Problem statement
Please write out word for word the opening lines of the material, including the line with "A parametric FreeCAD" as the last.

Data listing

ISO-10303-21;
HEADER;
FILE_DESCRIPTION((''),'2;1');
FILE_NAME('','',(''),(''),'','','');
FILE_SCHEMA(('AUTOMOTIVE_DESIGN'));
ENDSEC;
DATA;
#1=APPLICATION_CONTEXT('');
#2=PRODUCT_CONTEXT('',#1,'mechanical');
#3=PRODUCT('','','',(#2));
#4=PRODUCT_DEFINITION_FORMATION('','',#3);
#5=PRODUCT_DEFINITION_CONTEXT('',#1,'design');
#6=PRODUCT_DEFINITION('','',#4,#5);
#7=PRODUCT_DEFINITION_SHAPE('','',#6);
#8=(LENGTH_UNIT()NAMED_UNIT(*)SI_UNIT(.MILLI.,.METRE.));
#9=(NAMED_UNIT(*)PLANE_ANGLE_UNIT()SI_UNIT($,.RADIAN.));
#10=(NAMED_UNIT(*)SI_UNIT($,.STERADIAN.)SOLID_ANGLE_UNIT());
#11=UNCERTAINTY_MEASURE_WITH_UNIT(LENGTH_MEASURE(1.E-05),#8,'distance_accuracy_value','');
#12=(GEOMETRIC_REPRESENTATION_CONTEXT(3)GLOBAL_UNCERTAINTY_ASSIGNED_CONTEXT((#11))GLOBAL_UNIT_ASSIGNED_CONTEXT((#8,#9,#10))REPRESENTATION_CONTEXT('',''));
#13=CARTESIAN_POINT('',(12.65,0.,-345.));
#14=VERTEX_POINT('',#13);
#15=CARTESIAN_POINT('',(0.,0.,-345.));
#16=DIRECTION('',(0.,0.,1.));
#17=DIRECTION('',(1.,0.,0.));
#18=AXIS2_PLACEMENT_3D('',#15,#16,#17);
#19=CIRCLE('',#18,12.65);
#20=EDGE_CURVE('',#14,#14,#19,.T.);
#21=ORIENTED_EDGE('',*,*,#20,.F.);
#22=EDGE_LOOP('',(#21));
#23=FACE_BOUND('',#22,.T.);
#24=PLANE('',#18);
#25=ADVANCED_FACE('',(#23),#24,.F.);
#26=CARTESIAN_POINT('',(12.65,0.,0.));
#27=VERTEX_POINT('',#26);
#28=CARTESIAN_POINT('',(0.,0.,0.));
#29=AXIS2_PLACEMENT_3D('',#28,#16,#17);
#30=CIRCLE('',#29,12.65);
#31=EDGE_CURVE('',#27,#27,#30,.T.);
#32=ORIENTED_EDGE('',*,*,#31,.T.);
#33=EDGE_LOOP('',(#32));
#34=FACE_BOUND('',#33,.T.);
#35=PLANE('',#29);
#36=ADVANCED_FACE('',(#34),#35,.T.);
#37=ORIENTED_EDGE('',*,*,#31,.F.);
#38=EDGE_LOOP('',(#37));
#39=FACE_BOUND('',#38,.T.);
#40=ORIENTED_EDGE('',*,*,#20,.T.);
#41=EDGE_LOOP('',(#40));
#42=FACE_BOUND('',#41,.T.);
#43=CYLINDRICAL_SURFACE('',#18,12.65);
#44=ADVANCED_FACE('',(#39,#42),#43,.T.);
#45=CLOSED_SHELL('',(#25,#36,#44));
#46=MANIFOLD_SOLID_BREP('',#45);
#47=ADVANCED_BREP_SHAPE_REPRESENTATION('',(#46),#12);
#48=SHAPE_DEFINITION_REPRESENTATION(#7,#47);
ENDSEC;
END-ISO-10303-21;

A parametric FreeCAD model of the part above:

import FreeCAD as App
import Part
import Sketcher

doc = App.newDocument("Part")
params = doc.addObject("Spreadsheet::Sheet", "Params")
for row, (alias, value) in enumerate([
    ("sketch1_diameter", "25.3 mm"),
    ("pad1_length", "345 mm"),
], start=1):
    params.set(f"A{row}", alias)
    params.set(f"B{row}", "=" + value)
    params.setAlias(f"B{row}", alias)

body = doc.addObject("PartDesign::Body", "Body")

sketch1 = doc.addObject("Sketcher::SketchObject", "Sketch")
body.addObject(sketch1)
sketch1.AttachmentSupport = (doc.XY_Plane, [""])
sketch1.MapMode = "FlatFace"
sketch1.addGeometry(Part.Circle(App.Vector(0, 0, 0), App.Vector(0, 0, 1), 13), False)
sketch1.addConstraint([
    Sketcher.Constraint("Coincident", 0, 3, -1, 1),
    Sketcher.Constraint("Diameter", 0, 25.3),
])
sketch1.setExpression("Constraints[1]", "Params.sketch1_diameter")
pad1 = doc.addObject("PartDesign::Pad", "Pad")
body.addObject(pad1)
pad1.Profile = sketch1
pad1.setExpression("Length", "Params.pad1_length")
pad1.Reversed = True

doc.recompute()
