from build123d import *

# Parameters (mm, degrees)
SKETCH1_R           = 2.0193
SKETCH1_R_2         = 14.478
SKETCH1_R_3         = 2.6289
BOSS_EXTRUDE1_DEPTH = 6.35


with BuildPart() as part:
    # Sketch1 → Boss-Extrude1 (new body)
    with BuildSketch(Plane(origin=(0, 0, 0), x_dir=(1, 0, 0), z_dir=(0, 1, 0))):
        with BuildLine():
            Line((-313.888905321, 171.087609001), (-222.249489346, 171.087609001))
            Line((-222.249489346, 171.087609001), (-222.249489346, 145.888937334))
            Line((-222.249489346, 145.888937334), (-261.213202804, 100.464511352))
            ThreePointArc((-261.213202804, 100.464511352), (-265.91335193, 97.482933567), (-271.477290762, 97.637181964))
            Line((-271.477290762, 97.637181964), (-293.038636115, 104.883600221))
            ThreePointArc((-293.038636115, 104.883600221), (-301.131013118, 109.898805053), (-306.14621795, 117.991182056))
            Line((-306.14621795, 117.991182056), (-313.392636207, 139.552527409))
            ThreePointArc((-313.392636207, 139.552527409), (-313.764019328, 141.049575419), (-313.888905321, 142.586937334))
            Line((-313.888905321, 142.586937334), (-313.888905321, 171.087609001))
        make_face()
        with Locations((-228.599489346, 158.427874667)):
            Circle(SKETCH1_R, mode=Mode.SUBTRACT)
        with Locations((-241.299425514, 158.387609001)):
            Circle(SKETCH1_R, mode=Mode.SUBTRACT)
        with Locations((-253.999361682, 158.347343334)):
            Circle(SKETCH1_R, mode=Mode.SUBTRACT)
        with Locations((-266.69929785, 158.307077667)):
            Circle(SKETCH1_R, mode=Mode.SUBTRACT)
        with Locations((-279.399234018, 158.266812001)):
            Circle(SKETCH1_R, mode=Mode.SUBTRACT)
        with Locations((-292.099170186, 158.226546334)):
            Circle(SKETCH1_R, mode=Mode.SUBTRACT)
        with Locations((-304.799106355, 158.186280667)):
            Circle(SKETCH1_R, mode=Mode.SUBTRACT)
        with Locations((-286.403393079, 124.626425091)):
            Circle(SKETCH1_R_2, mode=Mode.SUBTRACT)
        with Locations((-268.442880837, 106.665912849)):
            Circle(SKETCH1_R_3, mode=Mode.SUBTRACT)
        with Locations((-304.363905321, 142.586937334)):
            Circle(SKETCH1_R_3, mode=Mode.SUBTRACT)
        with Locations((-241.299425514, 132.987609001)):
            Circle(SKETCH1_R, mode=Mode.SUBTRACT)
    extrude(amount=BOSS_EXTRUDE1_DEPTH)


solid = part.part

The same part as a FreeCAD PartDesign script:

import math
import FreeCAD as App
import Part
import Sketcher
Q = App.Units.Quantity

doc = App.newDocument("Part")
body = doc.addObject("PartDesign::Body", "Body")

# Sketch on XZ plane
sketch1 = body.newObject("Sketcher::SketchObject", "Sketch")
sketch1.AttachmentSupport = (doc.getObject("XZ_Plane"), [""])
sketch1.MapMode = "FlatFace"
sketch1.addGeometry([
    Part.LineSegment(App.Vector(-222.2, -171.1, 0), App.Vector(-313.9, -171.1, 0)),  # 0
    Part.LineSegment(App.Vector(-313.9, -171.1, 0), App.Vector(-313.9, -142.6, 0)),  # 1
    Part.ArcOfCircle(Part.Circle(App.Vector(-304.4, -142.6, 0), App.Vector(0, 0, 1), 9.5), math.radians(161.42), math.radians(180)),  # 2
    Part.LineSegment(App.Vector(-313.4, -139.6, 0), App.Vector(-306.1, -118, 0)),  # 3
    Part.ArcOfCircle(Part.Circle(App.Vector(-286.4, -124.6, 0), App.Vector(0, 0, 1), 20.8), math.radians(109), math.radians(161)),  # 4
    Part.LineSegment(App.Vector(-293, -104.9, 0), App.Vector(-271.5, -97.6, 0)),  # 5
    Part.ArcOfCircle(Part.Circle(App.Vector(-268.4, -106.7, 0), App.Vector(0, 0, 1), 9.5), math.radians(41), math.radians(109)),  # 6
    Part.LineSegment(App.Vector(-261.2, -100.5, 0), App.Vector(-222.2, -145.9, 0)),  # 7
    Part.LineSegment(App.Vector(-222.2, -145.9, 0), App.Vector(-222.2, -171.1, 0)),  # 8
    Part.Circle(App.Vector(-268.4, -106.7, 0), App.Vector(0, 0, 1), 2.6),  # 9
    Part.Circle(App.Vector(-286.4, -124.6, 0), App.Vector(0, 0, 1), 14.5),  # 10
    Part.Circle(App.Vector(-241.3, -133, 0), App.Vector(0, 0, 1), 2),  # 11
    Part.Circle(App.Vector(-228.6, -158.4, 0), App.Vector(0, 0, 1), 2),  # 12
    Part.Circle(App.Vector(-241.3, -158.4, 0), App.Vector(0, 0, 1), 2),  # 13
    Part.Circle(App.Vector(-254, -158.3, 0), App.Vector(0, 0, 1), 2),  # 14
    Part.Circle(App.Vector(-266.7, -158.3, 0), App.Vector(0, 0, 1), 2),  # 15
    Part.Circle(App.Vector(-304.4, -142.6, 0), App.Vector(0, 0, 1), 2.6),  # 16
    Part.Circle(App.Vector(-279.4, -158.3, 0), App.Vector(0, 0, 1), 2),  # 17
    Part.Circle(App.Vector(-292.1, -158.2, 0), App.Vector(0, 0, 1), 2),  # 18
    Part.Circle(App.Vector(-304.8, -158.2, 0), App.Vector(0, 0, 1), 2),  # 19
], False)
sketch1.addConstraint([
    Sketcher.Constraint("Coincident", 0, 2, 1, 1),
    Sketcher.Constraint("Tangent", 1, 2, 2, 2),
    Sketcher.Constraint("Tangent", 2, 1, 3, 1),
    Sketcher.Constraint("Tangent", 3, 2, 4, 2),
    Sketcher.Constraint("Tangent", 4, 1, 5, 1),
    Sketcher.Constraint("Tangent", 5, 2, 6, 2),
    Sketcher.Constraint("Tangent", 6, 1, 7, 1),
    Sketcher.Constraint("Coincident", 7, 2, 8, 1),
    Sketcher.Constraint("Coincident", 8, 2, 0, 1),
    Sketcher.Constraint("Horizontal", 0),
    Sketcher.Constraint("Vertical", 1),
    Sketcher.Constraint("Vertical", 8),
    Sketcher.Constraint("Coincident", 9, 3, 6, 3),
    Sketcher.Constraint("Coincident", 10, 3, 4, 3),
    Sketcher.Constraint("Coincident", 16, 3, 2, 3),
    Sketcher.Constraint("Equal", 2, 6),
    Sketcher.Constraint("Equal", 11, 12),
    Sketcher.Constraint("Equal", 12, 13),
    Sketcher.Constraint("Equal", 13, 14),
    Sketcher.Constraint("Equal", 14, 15),
    Sketcher.Constraint("Equal", 9, 16),
    Sketcher.Constraint("Equal", 15, 17),
    Sketcher.Constraint("Equal", 17, 18),
    Sketcher.Constraint("Equal", 18, 19),
    Sketcher.Constraint("Vertical", 11, 3, 13, 3),
    Sketcher.Constraint("Equal", 3, 5),
    Sketcher.Constraint("Diameter", 10, Q("1.14 in")),
    Sketcher.Constraint("Radius", 4, Q("0.82 in")),
    Sketcher.Constraint("Diameter", 9, Q("0.207 in")),
    Sketcher.Constraint("Diameter", 11, Q("0.159 in")),
    Sketcher.Constraint("Radius", 2, Q("0.375 in")),
    Sketcher.Constraint("DistanceY", 13, 3, 11, 3, Q("1 in")),
    Sketcher.Constraint("DistanceY", 8, 2, 13, 3, Q("0.5 in")),
    Sketcher.Constraint("DistanceX", 12, 3, 7, 2, Q("0.25 in")),
    Sketcher.Constraint("DistanceY", 1, 1, 1, 2, Q("28.500672 mm")),
    Sketcher.Constraint("DistanceY", 8, 2, 8, 1, Q("25.198672 mm")),
    Sketcher.Constraint("DistanceY", 4, 1, -1, 1, Q("104.8836 mm")),
    Sketcher.Constraint("DistanceX", 19, 3, 16, 3, Q("0.435201 mm")),
    Sketcher.Constraint("DistanceY", 9, 3, 6, 1, Q("6.201401 mm")),
    Sketcher.Constraint("DistanceX", 0, 2, 0, 1, Q("91.639416 mm")),
    Sketcher.Constraint("DistanceX", 6, 3, -1, 1, Q("268.442881 mm")),
    Sketcher.Constraint("DistanceY", 11, 3, -1, 1, Q("132.987609 mm")),
    Sketcher.Constraint("DistanceX", 12, 3, -1, 1, Q("228.599489 mm")),
    Sketcher.Constraint("DistanceX", 14, 3, -1, 1, Q("253.999362 mm")),
    Sketcher.Constraint("DistanceX", 18, 3, -1, 1, Q("292.09917 mm")),
    Sketcher.Constraint("DistanceY", 19, 3, -1, 1, Q("158.186281 mm")),
    Sketcher.Constraint("DistanceX", 2, 3, 11, 3, Q("63.06448 mm")),
    Sketcher.Constraint("DistanceY", 12, 3, 6, 3, Q("51.761962 mm")),
    Sketcher.Constraint("DistanceY", 12, 3, 14, 3, Q("0.080531 mm")),
    Sketcher.Constraint("DistanceY", 13, 3, 15, 3, Q("0.080531 mm")),
    Sketcher.Constraint("DistanceX", 15, 3, 12, 3, Q("38.099809 mm")),
    Sketcher.Constraint("DistanceY", 14, 3, 17, 3, Q("0.080531 mm")),
    Sketcher.Constraint("DistanceX", 16, 3, 17, 3, Q("24.964671 mm")),
    Sketcher.Constraint("DistanceY", 18, 3, 16, 3, Q("15.639609 mm")),
])
pad1 = body.newObject("PartDesign::Pad", "Pad")
pad1.Profile = sketch1
pad1.Length = Q("0.25 in")
pad1.Reversed = True

doc.recompute()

Finished exercise
ISO-10303-21;
HEADER;
FILE_DESCRIPTION((''),'2;1');
FILE_NAME('','',(''),(''),'','','');
FILE_SCHEMA(('AUTOMOTIVE_DESIGN'));
ENDSEC;
DATA;
#1=APPLICATION_CONTEXT('');
#2=PRODUCT_CONTEXT('',#1,'mechanical');
#3=PRODUCT('','','',(#2));
#4=PRODUCT_DEFINITION_FORMATION('','',#3);
#5=PRODUCT_DEFINITION_CONTEXT('',#1,'design');
#6=PRODUCT_DEFINITION('','',#4,#5);
#7=PRODUCT_DEFINITION_SHAPE('','',#6);
#8=(LENGTH_UNIT()NAMED_UNIT(*)SI_UNIT(.MILLI.,.METRE.));
#9=(NAMED_UNIT(*)PLANE_ANGLE_UNIT()SI_UNIT($,.RADIAN.));
#10=(NAMED_UNIT(*)SI_UNIT($,.STERADIAN.)SOLID_ANGLE_UNIT());
#11=UNCERTAINTY_MEASURE_WITH_UNIT(LENGTH_MEASURE(1.E-05),#8,'distance_accuracy_value','');
#12=(GEOMETRIC_REPRESENTATION_CONTEXT(3)GLOBAL_UNCERTAINTY_ASSIGNED_CONTEXT((#11))GLOBAL_UNIT_ASSIGNED_CONTEXT((#8,#9,#10))REPRESENTATION_CONTEXT('',''));
#13=CARTESIAN_POINT('',(12.65,0.,-345.));
#14=VERTEX_POINT('',#13);
#15=CARTESIAN_POINT('',(0.,0.,-345.));
#16=DIRECTION('',(0.,0.,1.));
#17=DIRECTION('',(1.,0.,0.));
#18=AXIS2_PLACEMENT_3D('',#15,#16,#17);
#19=CIRCLE('',#18,12.65);
#20=EDGE_CURVE('',#14,#14,#19,.T.);
#21=ORIENTED_EDGE('',*,*,#20,.F.);
#22=EDGE_LOOP('',(#21));
#23=FACE_BOUND('',#22,.T.);
#24=PLANE('',#18);
#25=ADVANCED_FACE('',(#23),#24,.F.);
#26=CARTESIAN_POINT('',(12.65,0.,0.));
#27=VERTEX_POINT('',#26);
#28=CARTESIAN_POINT('',(0.,0.,0.));
#29=AXIS2_PLACEMENT_3D('',#28,#16,#17);
#30=CIRCLE('',#29,12.65);
#31=EDGE_CURVE('',#27,#27,#30,.T.);
#32=ORIENTED_EDGE('',*,*,#31,.T.);
#33=EDGE_LOOP('',(#32));
#34=FACE_BOUND('',#33,.T.);
#35=PLANE('',#29);
#36=ADVANCED_FACE('',(#34),#35,.T.);
#37=ORIENTED_EDGE('',*,*,#31,.F.);
#38=EDGE_LOOP('',(#37));
#39=FACE_BOUND('',#38,.T.);
#40=ORIENTED_EDGE('',*,*,#20,.T.);
#41=EDGE_LOOP('',(#40));
#42=FACE_BOUND('',#41,.T.);
#43=CYLINDRICAL_SURFACE('',#18,12.65);
#44=ADVANCED_FACE('',(#39,#42),#43,.T.);
#45=CLOSED_SHELL('',(#25,#36,#44));
#46=MANIFOLD_SOLID_BREP('',#45);
#47=ADVANCED_BREP_SHAPE_REPRESENTATION('',(#46),#12);
#48=SHAPE_DEFINITION_REPRESENTATION(#7,#47);
ENDSEC;
END-ISO-10303-21;

A parametric FreeCAD model of the part above:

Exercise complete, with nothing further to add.